Additionally, nanoscintillators can be introduced into biocompatible polymers such as polydimethylsiloxane (PDMS) yielding flexible detectors that are convenient for the imaging of curved 3D objects, a difficult, or even impossible, task with flat-panel X-ray detectors9. A main focus of the review is therefore on X-ray excited optical imaging (XEOL) and X-ray excited persistent luminescence (XEPL).

The authors devote a large section of their manuscript to discussing the mechanisms involved in X-ray to UV, visible, and NIR conversion, as well as those pertaining to the generation of persistent luminescence, making the review an excellent tutorial for scientists entering the field. Convincing examples of XEOL/XEPL imaging follow suit, including circuit boards, biological material, and various hidden or encapsulated objects. Comparison between flat-panel detectors and XEPL detection with flexible polymers (sometimes referred to as X-ray luminescence extension imaging, Xr-LEI9) is particularly convincing. A good share of examples are in the field of biomedicine, with multimodal imaging, radiotherapy monitoring, X-ray enabled photodynamic treatment, to name but a few. Another important field of application lies in information encoding in luminescent QR codes or for multidimensional information storage.

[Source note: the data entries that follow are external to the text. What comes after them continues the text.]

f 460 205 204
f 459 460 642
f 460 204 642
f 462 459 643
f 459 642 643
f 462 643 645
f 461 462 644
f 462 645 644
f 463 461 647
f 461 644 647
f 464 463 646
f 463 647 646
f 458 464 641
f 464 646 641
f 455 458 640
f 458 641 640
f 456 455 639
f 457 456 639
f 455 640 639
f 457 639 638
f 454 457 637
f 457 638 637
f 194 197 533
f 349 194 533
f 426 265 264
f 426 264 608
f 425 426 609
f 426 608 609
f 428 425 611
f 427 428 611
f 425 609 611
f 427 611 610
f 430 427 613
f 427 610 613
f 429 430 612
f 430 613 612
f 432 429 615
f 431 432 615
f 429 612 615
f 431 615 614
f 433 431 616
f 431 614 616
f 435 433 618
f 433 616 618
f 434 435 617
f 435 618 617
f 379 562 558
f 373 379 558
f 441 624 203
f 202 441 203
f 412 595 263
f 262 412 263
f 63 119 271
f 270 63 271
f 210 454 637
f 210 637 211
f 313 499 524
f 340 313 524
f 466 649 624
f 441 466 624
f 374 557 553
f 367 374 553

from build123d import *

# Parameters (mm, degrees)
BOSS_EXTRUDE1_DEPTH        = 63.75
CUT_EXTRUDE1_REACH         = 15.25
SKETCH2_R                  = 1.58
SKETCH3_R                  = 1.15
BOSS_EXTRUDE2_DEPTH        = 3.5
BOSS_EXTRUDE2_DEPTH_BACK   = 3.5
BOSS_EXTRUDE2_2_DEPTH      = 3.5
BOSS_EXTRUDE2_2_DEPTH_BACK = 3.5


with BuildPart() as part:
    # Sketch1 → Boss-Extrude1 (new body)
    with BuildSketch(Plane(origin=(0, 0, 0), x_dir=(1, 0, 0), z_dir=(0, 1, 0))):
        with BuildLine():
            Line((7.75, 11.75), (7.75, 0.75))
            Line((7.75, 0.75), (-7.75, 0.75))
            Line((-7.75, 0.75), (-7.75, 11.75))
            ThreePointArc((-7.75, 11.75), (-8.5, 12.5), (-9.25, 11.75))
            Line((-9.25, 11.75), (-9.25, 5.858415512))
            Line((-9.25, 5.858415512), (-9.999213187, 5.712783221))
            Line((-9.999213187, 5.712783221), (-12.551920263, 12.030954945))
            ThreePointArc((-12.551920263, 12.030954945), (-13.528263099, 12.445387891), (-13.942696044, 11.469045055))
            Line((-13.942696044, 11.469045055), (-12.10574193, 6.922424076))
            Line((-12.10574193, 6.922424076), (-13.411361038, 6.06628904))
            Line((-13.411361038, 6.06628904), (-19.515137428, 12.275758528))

However, all problems associated with the design of high-performance lanthanide-doped nanoscintillators are not completely solved. In particular combining bright XEOL intensity with fast decay rate is not granted and optimization of the composition and structure of nanoparticles incorporating several lanthanide ions for broadband detection still needs dedicated efforts. These aspects are presently the subject of intensive studies and further achievements are on their way. Therefore, perspectives for lanthanide-doped nanoscintillators are bright. Their ease of synthesis and stability are considerable assets and they definitively enable improving several aspects of crucial applications in industrial imaging, information storage, and biomedicine. Regarding the latter, X-ray excited luminescence is starting to overtake traditional luminescence optical imaging. Radiation detection is also vital for space applications and for all professionals dealing with radioactive materials. In particular, flexible detectors incorporated into gloves or textiles (lab coats) could help determining not only the received irradiation dose, but, also, its precise cartography. Moreover, the ability of 3D imaging could be exploited in diagnosis, for instance in breast mammography.